Unless otherwise notified in writing by the Customer, the Company may use personal data about the Customer for the purposes of customer administration, marketing, public relations, research and statistical analysis.

12. Confidentiality
12.1 Each party agrees and undertakes that during the term of this Agreement and thereafter it shall keep confidential and shall not use for its own purposes, nor without the prior written consent of the other party disclose to any third party, any information of a confidential nature (including, without limitation, information relating to a party’s products, operations, processes, plans or intentions, product information, know-how, design rights, trade secrets and information of commercial value) which may become known to that party from the other party (Confidential Information), unless the information is public knowledge or already known to that party at the time of disclosure or subsequently becomes public knowledge other than by breach of this Agreement or subsequently comes lawfully into the possession of that party from a third party.

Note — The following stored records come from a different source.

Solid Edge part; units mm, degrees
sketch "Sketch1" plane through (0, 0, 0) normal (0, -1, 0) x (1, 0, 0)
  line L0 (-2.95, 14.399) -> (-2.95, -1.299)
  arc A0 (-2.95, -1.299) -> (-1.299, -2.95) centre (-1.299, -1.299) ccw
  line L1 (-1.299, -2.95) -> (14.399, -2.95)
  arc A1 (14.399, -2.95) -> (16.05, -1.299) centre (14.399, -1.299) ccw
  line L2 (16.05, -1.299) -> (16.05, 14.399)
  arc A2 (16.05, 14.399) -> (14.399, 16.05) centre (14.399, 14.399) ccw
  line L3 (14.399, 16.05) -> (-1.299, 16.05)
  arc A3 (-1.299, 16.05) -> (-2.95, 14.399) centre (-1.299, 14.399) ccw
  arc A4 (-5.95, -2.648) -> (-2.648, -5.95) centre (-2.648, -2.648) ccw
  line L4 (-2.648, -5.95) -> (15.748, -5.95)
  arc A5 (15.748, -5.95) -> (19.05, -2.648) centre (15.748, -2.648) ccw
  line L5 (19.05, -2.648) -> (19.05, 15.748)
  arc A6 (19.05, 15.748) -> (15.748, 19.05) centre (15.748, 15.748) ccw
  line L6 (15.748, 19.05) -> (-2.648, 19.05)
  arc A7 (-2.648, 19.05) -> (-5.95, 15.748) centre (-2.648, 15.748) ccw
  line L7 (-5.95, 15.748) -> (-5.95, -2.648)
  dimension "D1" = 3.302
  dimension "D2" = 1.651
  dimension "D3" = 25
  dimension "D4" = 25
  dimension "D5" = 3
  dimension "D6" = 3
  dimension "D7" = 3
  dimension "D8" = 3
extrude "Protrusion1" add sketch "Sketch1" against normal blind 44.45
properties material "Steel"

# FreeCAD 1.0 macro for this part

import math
import FreeCAD as App
import Part
import Sketcher
from FreeCAD import Vector
Q = App.Units.Quantity

doc = App.newDocument("Part")
body = doc.addObject("PartDesign::Body", "Body")

# Sketch on XZ plane
sketch1 = body.newObject("Sketcher::SketchObject", "Sketch")
sketch1.AttachmentSupport = (doc.getObject("XZ_Plane"), [""])
sketch1.MapMode = "FlatFace"
sketch1.addGeometry(Part.LineSegment(Vector(-5.95, 15.748, 0), Vector(-5.95, -2.648, 0)), False)
sketch1.addGeometry(Part.ArcOfCircle(Part.Circle(Vector(-2.648, -2.648, 0), Vector(0, 0, 1), 3.302), math.radians(180), math.radians(270)), False)
sketch1.addGeometry(Part.LineSegment(Vector(-2.648, -5.95, 0), Vector(15.748, -5.95, 0)), False)
sketch1.addGeometry(Part.ArcOfCircle(Part.Circle(Vector(15.748, -2.648, 0), Vector(0, 0, 1), 3.302), math.radians(-90), math.radians(0)), False)
sketch1.addGeometry(Part.LineSegment(Vector(19.05, -2.648, 0), Vector(19.05, 15.748, 0)), False)
sketch1.addGeometry(Part.ArcOfCircle(Part.Circle(Vector(15.748, 15.748, 0), Vector(0, 0, 1), 3.302), math.radians(0), math.radians(90)), False)
sketch1.addGeometry(Part.LineSegment(Vector(15.748, 19.05, 0), Vector(-2.648, 19.05, 0)), False)
sketch1.addGeometry(Part.ArcOfCircle(Part.Circle(Vector(-2.648, 15.748, 0), Vector(0, 0, 1), 3.302), math.radians(90), math.radians(180)), False)
sketch1.addGeometry(Part.LineSegment(Vector(-2.95, -1.299, 0), Vector(-2.95, 14.399, 0)), False)
sketch1.addGeometry(Part.ArcOfCircle(Part.Circle(Vector(-1.299, 14.399, 0), Vector(0, 0, 1), 1.651), math.radians(90), math.radians(180)), False)
sketch1.addGeometry(Part.LineSegment(Vector(-1.299, 16.05, 0), Vector(14.399, 16.05, 0)), False)
sketch1.addGeometry(Part.ArcOfCircle(Part.Circle(Vector(14.399, 14.399, 0), Vector(0, 0, 1), 1.651), math.radians(0), math.radians(90)), False)
sketch1.addGeometry(Part.LineSegment(Vector(16.05, 14.399, 0), Vector(16.05, -1.299, 0)), False)
sketch1.addGeometry(Part.ArcOfCircle(Part.Circle(Vector(14.399, -1.299, 0), Vector(0, 0, 1), 1.651), math.radians(-90), math.radians(0)), False)
sketch1.addGeometry(Part.LineSegment(Vector(14.399, -2.95, 0), Vector(-1.299, -2.95, 0)), False)
sketch1.addGeometry(Part.ArcOfCircle(Part.Circle(Vector(-1.299, -1.299, 0), Vector(0, 0, 1), 1.651), math.radians(180), math.radians(270)), False)
sketch1.addConstraint(Sketcher.Constraint("Tangent", 0, 2, 1, 1))
sketch1.addConstraint(Sketcher.Constraint("Tangent", 1, 2, 2, 1))
sketch1.addConstraint(Sketcher.Constraint("Tangent", 2, 2, 3, 1))
sketch1.addConstraint(Sketcher.Constraint("Tangent", 3, 2, 4, 1))
sketch1.addConstraint(Sketcher.Constraint("Tangent", 4, 2, 5, 1))
sketch1.addConstraint(Sketcher.Constraint("Tangent", 5, 2, 6, 1))
sketch1.addConstraint(Sketcher.Constraint("Tangent", 6, 2, 7, 1))
sketch1.addConstraint(Sketcher.Constraint("Tangent", 7, 2, 0, 1))
sketch1.addConstraint(Sketcher.Constraint("Tangent", 8, 2, 9, 2))
sketch1.addConstraint(Sketcher.Constraint("Tangent", 9, 1, 10, 1))
sketch1.addConstraint(Sketcher.Constraint("Tangent", 10, 2, 11, 2))
sketch1.addConstraint(Sketcher.Constraint("Tangent", 11, 1, 12, 1))
sketch1.addConstraint(Sketcher.Constraint("Tangent", 12, 2, 13, 2))
sketch1.addConstraint(Sketcher.Constraint("Tangent", 13, 1, 14, 1))
sketch1.addConstraint(Sketcher.Constraint("Tangent", 14, 2, 15, 2))
sketch1.addConstraint(Sketcher.Constraint("Tangent", 15, 1, 8, 1))
sketch1.addConstraint(Sketcher.Constraint("Vertical", 0))
sketch1.addConstraint(Sketcher.Constraint("Horizontal", 2))
sketch1.addConstraint(Sketcher.Constraint("Vertical", 4))
sketch1.addConstraint(Sketcher.Constraint("Horizontal", 6))
sketch1.addConstraint(Sketcher.Constraint("Vertical", 8))
sketch1.addConstraint(Sketcher.Constraint("Horizontal", 10))
sketch1.addConstraint(Sketcher.Constraint("Vertical", 12))
sketch1.addConstraint(Sketcher.Constraint("Horizontal", 14))
sketch1.addConstraint(Sketcher.Constraint("Equal", 1, 3))
sketch1.addConstraint(Sketcher.Constraint("Equal", 3, 5))
sketch1.addConstraint(Sketcher.Constraint("Equal", 5, 7))
sketch1.addConstraint(Sketcher.Constraint("Equal", 9, 11))
sketch1.addConstraint(Sketcher.Constraint("Equal", 11, 13))
sketch1.addConstraint(Sketcher.Constraint("Equal", 13, 15))
sketch1.addConstraint(Sketcher.Constraint("Equal", 6, 0))
sketch1.addConstraint(Sketcher.Constraint("Equal", 14, 8))
sketch1.addConstraint(Sketcher.Constraint("Radius", 1, Q("0.13 in")))
sketch1.addConstraint(Sketcher.Constraint("Radius", 9, Q("0.065 in")))
sketch1.addConstraint(Sketcher.Constraint("DistanceX", -1, 1, 3, 3, Q("0.62 in")))
sketch1.addConstraint(Sketcher.Constraint("DistanceY", -1, 1, 5, 3, Q("0.62 in")))
sketch1.addConstraint(Sketcher.Constraint("DistanceX", 2, 1, 2, 2, 18.396))
sketch1.addConstraint(Sketcher.Constraint("DistanceX", 10, 1, 10, 2, 15.698))
sketch1.addConstraint(Sketcher.Constraint("DistanceY", -1, 1, 9, 3, Q("0.5669 in")))
sketch1.addConstraint(Sketcher.Constraint("DistanceX", -1, 1, 11, 3, Q("0.5669 in")))
pad1 = body.newObject("PartDesign::Pad", "Pad")
pad1.Profile = sketch1
pad1.Length = Q("1.75 in")
pad1.Reversed = True

doc.recompute()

12.2 To the extent necessary to implement the provisions of this Agreement, each party may disclose Confidential Information to those of its employees as may be reasonably necessary or desirable, provided that before any such disclosure each party shall make those employees aware of its obligations of confidentiality under this Agreement and shall at all times procure compliance by those employees with them.

13. Notices

Any notice to be served shall be sent by first class post, fax or email. Notice shall be deemed served on the second working day after posting if posted or, if faxed or emailed, the next working day provided that valid transmissions slip or delivery receipt is received and a hard copy sent.

14. Jurisdiction and Law
These Terms shall be subject to and construed in accordance with English law and subject to the exclusive jurisdiction of the English courts.